Начать беседу вызвалась одна из женщин постарше. Она церемонно представилась — Норма Фриз, профессор математики, автор двух учебников, член совета Администрации Помощи, мать Армана Фриза, студента, ныне военнопленного. Она с радостью пользуется случаем, чтобы воздать хвалу диктатору Латании за его великодушное разрешение помогать солдатам и офицерам, попавшим в плен. От имени всех женщин, чьи дети и мужья находятся сегодня в плену, она благодарит диктатора — всей своей женской душой, всем своим материнским сердцем признательна, бесконечно признательна!
Выговорив признательность ораторским голосом, таким она, наверно, читала лекции своим студентам, Норма Фриз поклонилась и села. И сразу вскочила её соседка и повторила, только похуже, те же благодарности, а за ней третья и четвёртая одинаково уверяли в признательности диктатору Латании. Гамов хмурился, напускная ласковость быстро исчезла, в глазах появился холодный блеск — верный знак сгущавшегося гнева. Гнева у Гамова я никак не ожидал. Для гнева не было причин, он обычно появлялся, когда Гамов наталкивался на сопротивление, сейчас даже намёка на противодействие не возникло: унижение, лесть, боязнь рассердить всемогущего властителя — только это слышали мои уши и видели мои глаза, — отнюдь не причина для ярости. Воистину Гамов был непредсказуем!
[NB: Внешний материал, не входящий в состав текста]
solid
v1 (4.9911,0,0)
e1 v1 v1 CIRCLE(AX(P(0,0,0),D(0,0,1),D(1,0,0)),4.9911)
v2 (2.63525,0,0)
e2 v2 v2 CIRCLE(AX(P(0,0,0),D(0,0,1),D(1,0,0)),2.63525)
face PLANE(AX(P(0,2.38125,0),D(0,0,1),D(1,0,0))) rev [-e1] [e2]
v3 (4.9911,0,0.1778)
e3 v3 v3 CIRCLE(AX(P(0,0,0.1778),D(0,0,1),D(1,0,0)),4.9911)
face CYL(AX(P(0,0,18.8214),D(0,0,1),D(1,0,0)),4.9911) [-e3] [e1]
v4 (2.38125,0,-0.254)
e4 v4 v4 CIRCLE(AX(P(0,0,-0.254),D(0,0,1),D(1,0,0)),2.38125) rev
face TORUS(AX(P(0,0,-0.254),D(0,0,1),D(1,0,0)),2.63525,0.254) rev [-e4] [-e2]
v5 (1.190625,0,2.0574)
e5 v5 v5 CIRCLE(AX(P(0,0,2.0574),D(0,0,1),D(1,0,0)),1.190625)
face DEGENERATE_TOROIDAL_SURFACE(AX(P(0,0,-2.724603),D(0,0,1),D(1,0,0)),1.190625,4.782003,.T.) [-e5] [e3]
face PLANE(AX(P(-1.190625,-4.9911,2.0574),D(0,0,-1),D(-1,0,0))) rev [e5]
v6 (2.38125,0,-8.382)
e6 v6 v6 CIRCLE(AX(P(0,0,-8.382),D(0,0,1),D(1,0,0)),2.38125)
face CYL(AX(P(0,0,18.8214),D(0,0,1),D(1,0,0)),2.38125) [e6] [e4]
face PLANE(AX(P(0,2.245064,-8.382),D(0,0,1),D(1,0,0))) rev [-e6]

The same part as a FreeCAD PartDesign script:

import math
import FreeCAD as App
import Part
import Sketcher

V = App.Vector
Q = App.Units.Quantity


def edges_at(feature, points):
    """Names of the edges that pass closest to the given points."""
    edges = feature.Shape.Edges
    near = lambda p: min(range(len(edges)), key=lambda i: edges[i].distToShape(Part.Vertex(*p))[0])
    return sorted({f"Edge{near(p) + 1}" for p in points})

doc = App.newDocument("Part")
body = doc.addObject("PartDesign::Body", "Body")

sketch1 = body.newObject("Sketcher::SketchObject", "Sketch")
sketch1.AttachmentSupport = (doc.getObject("YZ_Plane"), [""])
sketch1.MapMode = "FlatFace"
sketch1.addGeometry([
    Part.LineSegment(V(1.19, 18.82, 0), V(0, 18.82, 0)),
    Part.LineSegment(V(0, 18.82, 0), V(0, -8.38, 0)),
    Part.LineSegment(V(0, -8.38, 0), V(2.38, -8.38, 0)),
    Part.LineSegment(V(2.38, -8.38, 0), V(2.38, 0, 0)),
    Part.LineSegment(V(2.38, 0, 0), V(4.99, 0, 0)),
    Part.LineSegment(V(4.99, 0, 0), V(4.99, 0.18, 0)),
    Part.ArcOfCircle(Part.Circle(V(1.19, -2.72, 0), V(0, 0, 1), 4.78), math.radians(37), math.radians(90)),
    Part.LineSegment(V(1.19, 2.06, 0), V(1.19, 18.82, 0)),
], False)
sketch1.addConstraint([
    Sketcher.Constraint("Coincident", 0, 2, 1, 1),
    Sketcher.Constraint("Coincident", 1, 2, 2, 1),
    Sketcher.Constraint("Coincident", 2, 2, 3, 1),
    Sketcher.Constraint("Coincident", 3, 2, 4, 1),
    Sketcher.Constraint("Coincident", 4, 2, 5, 1),
    Sketcher.Constraint("Coincident", 5, 2, 6, 1),
    Sketcher.Constraint("Coincident", 6, 2, 7, 1),
    Sketcher.Constraint("Coincident", 7, 2, 0, 1),
    Sketcher.Constraint("Horizontal", 0),
    Sketcher.Constraint("Vertical", 1),
    Sketcher.Constraint("Horizontal", 2),
    Sketcher.Constraint("Vertical", 3),
    Sketcher.Constraint("Horizontal", 4),
    Sketcher.Constraint("Vertical", 5),
    Sketcher.Constraint("Vertical", 7),
    Sketcher.Constraint("PointOnObject", 0, 2, -2),
    Sketcher.Constraint("PointOnObject", 3, 2, -1),
    Sketcher.Constraint("DistanceY", 3, 1, 3, 2, Q("0.33 in")),
    Sketcher.Constraint("DistanceY", 7, 1, 7, 2, Q("0.66 in")),
    Sketcher.Constraint("DistanceX", 0, 2, 0, 1, Q("0.046875 in")),
    Sketcher.Constraint("DistanceX", 2, 1, 2, 2, Q("0.09375 in")),
    Sketcher.Constraint("DistanceY", 1, 2, 1, 1, Q("1.071 in")),
    Sketcher.Constraint("DistanceY", 5, 1, 5, 2, Q("0.007 in")),
    Sketcher.Constraint("DistanceX", -1, 1, 6, 3, Q("0.046875 in")),
    Sketcher.Constraint("DistanceX", -1, 1, 4, 2, Q("0.1965 in")),
])
revolution = body.newObject("PartDesign::Revolution", "Revolution")
revolution.Profile = sketch1
revolution.ReferenceAxis = (sketch1, ["V_Axis"])
revolution.Angle = 360

sketch2 = body.newObject("Sketcher::SketchObject", "Sketch001")
sketch2.AttachmentSupport = (doc.getObject("XZ_Plane"), [""])
sketch2.MapMode = "FlatFace"
sketch2.addGeometry([
    Part.LineSegment(V(1.4, 17, 0), V(0, 18.8, 0)),
    Part.LineSegment(V(0, 18.8, 0), V(-1.4, 17, 0)),
    Part.LineSegment(V(-1.4, 17, 0), V(-1.4, 19.3, 0)),
    Part.LineSegment(V(-1.4, 19.3, 0), V(1.4, 19.3, 0)),
    Part.LineSegment(V(1.4, 19.3, 0), V(1.4, 17, 0)),
], False)
sketch2.addConstraint([
    Sketcher.Constraint("Coincident", 0, 2, 1, 1),
    Sketcher.Constraint("Coincident", 1, 2, 2, 1),
    Sketcher.Constraint("Coincident", 2, 2, 3, 1),
    Sketcher.Constraint("Coincident", 3, 2, 4, 1),
    Sketcher.Constraint("Coincident", 4, 2, 0, 1),
    Sketcher.Constraint("Vertical", 2),
    Sketcher.Constraint("Horizontal", 3),
    Sketcher.Constraint("Vertical", 4),
    Sketcher.Constraint("Symmetric", 1, 2, 4, 2, -2),
    Sketcher.Constraint("PointOnObject", 0, 2, -2),
    Sketcher.Constraint("Angle", 0, Q("127.5 deg")),
    Sketcher.Constraint("DistanceY", 0, 2, 2, 2, Q("0.02 in")),
    Sketcher.Constraint("DistanceY", -1, 1, 0, 2, Q("0.741 in")),
    Sketcher.Constraint("DistanceX", 3, 1, 3, 2, Q("2.78765 mm")),
])
pocket1 = body.newObject("PartDesign::Pocket", "Pocket")
pocket1.Profile = sketch2
pocket1.Type = "ThroughAll"
pocket1.Midplane = True

sketch3 = body.newObject("Sketcher::SketchObject", "Sketch002")
sketch3.AttachmentSupport = (doc.getObject("YZ_Plane"), [""])
sketch3.MapMode = "FlatFace"
sketch3.addGeometry([
    Part.LineSegment(V(0, 18.8, 0), V(1.5, 17.3, 0)),
    Part.LineSegment(V(1.5, 17.3, 0), V(1.5, 19.1, 0)),
    Part.LineSegment(V(1.5, 19.1, 0), V(-1.5, 19.1, 0)),
    Part.LineSegment(V(-1.5, 19.1, 0), V(-1.5, 17.3, 0)),
    Part.LineSegment(V(-1.5, 17.3, 0), V(0, 18.8, 0)),
], False)
sketch3.addConstraint([
    Sketcher.Constraint("Coincident", 0, 2, 1, 1),
    Sketcher.Constraint("Coincident", 1, 2, 2, 1),
    Sketcher.Constraint("Coincident", 2, 2, 3, 1),
    Sketcher.Constraint("Coincident", 3, 2, 4, 1),
    Sketcher.Constraint("Coincident", 4, 2, 0, 1),
    Sketcher.Constraint("Vertical", 1),
    Sketcher.Constraint("Horizontal", 2),
    Sketcher.Constraint("Vertical", 3),
    Sketcher.Constraint("Symmetric", 0, 2, 3, 2, -2),
    Sketcher.Constraint("PointOnObject", 4, 2, -2),
    Sketcher.Constraint("DistanceY", -1, 1, 4, 2, Q("0.741 in")),
    Sketcher.Constraint("DistanceY", -1, 1, 1, 2, Q("0.7535 in")),
    Sketcher.Constraint("DistanceX", 2, 2, 2, 1, Q("3.01625 mm")),
    Sketcher.Constraint("Distance", 0, Q("2.163808 mm")),
])
pocket2 = body.newObject("PartDesign::Pocket", "Pocket001")
pocket2.Profile = sketch3
pocket2.Type = "ThroughAll"
pocket2.Midplane = True
doc.recompute()

fillet = body.newObject("PartDesign::Fillet", "Fillet")
fillet.Base = (pocket2, edges_at(pocket2, [(-2.381, 0, 0)]))
fillet.Radius = Q("0.01 in")

sketch4 = body.newObject("Sketcher::SketchObject", "Sketch003")
sketch4.AttachmentSupport = (doc.getObject("XZ_Plane"), [""])
sketch4.MapMode = "FlatFace"
sketch4.addGeometry([
    Part.LineSegment(V(-1.2, 2.1, 0), V(-1.2, 19.8, 0)),
    Part.LineSegment(V(-1.2, 19.8, 0), V(1.2, 19.8, 0)),
    Part.LineSegment(V(1.2, 19.8, 0), V(1.2, 2.1, 0)),
    Part.LineSegment(V(1.2, 2.1, 0), V(-1.2, 2.1, 0)),
], False)
sketch4.addConstraint([
    Sketcher.Constraint("Coincident", 0, 2, 1, 1),
    Sketcher.Constraint("Coincident", 1, 2, 2, 1),
    Sketcher.Constraint("Coincident", 2, 2, 3, 1),
    Sketcher.Constraint("Coincident", 3, 2, 0, 1),
    Sketcher.Constraint("Vertical", 0),
    Sketcher.Constraint("Horizontal", 1),
    Sketcher.Constraint("Vertical", 2),
    Sketcher.Constraint("Horizontal", 3),
    Sketcher.Constraint("DistanceX", 1, 1, 1, 2, Q("0.09375 in")),
    Sketcher.Constraint("DistanceX", 0, 2, -1, 1, Q("0.046875 in")),
    Sketcher.Constraint("DistanceY", -1, 1, 2, 2, Q("0.081 in")),
    Sketcher.Constraint("DistanceY", 0, 1, 0, 2, Q("17.740226 mm")),
])
pocket3 = body.newObject("PartDesign::Pocket", "Pocket002")
pocket3.Profile = sketch4
pocket3.Type = "ThroughAll"
pocket3.Midplane = True

doc.recompute()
Он вдруг резко прервал очередную делегатку и сам поднялся. Невысокий, Гамов совещался и спорил сидя, произносить речи он мог лишь стоя. Сейчас он заводил себя на сильную речь.
— Итак, вы меня благодарите, — сказал он. — Восхваляете моё великодушие, мою доброту, моё великое милосердие… На такие лестные признания я должен ответить, как они того заслуживают. И я отвечаю: мне стыдно за вас, женщины! Мне неприятно слушать вас! И я жалею, что не имею права крикнуть вам: подите прочь, отвратительно мне, как вы говорите, как держите себя со мной!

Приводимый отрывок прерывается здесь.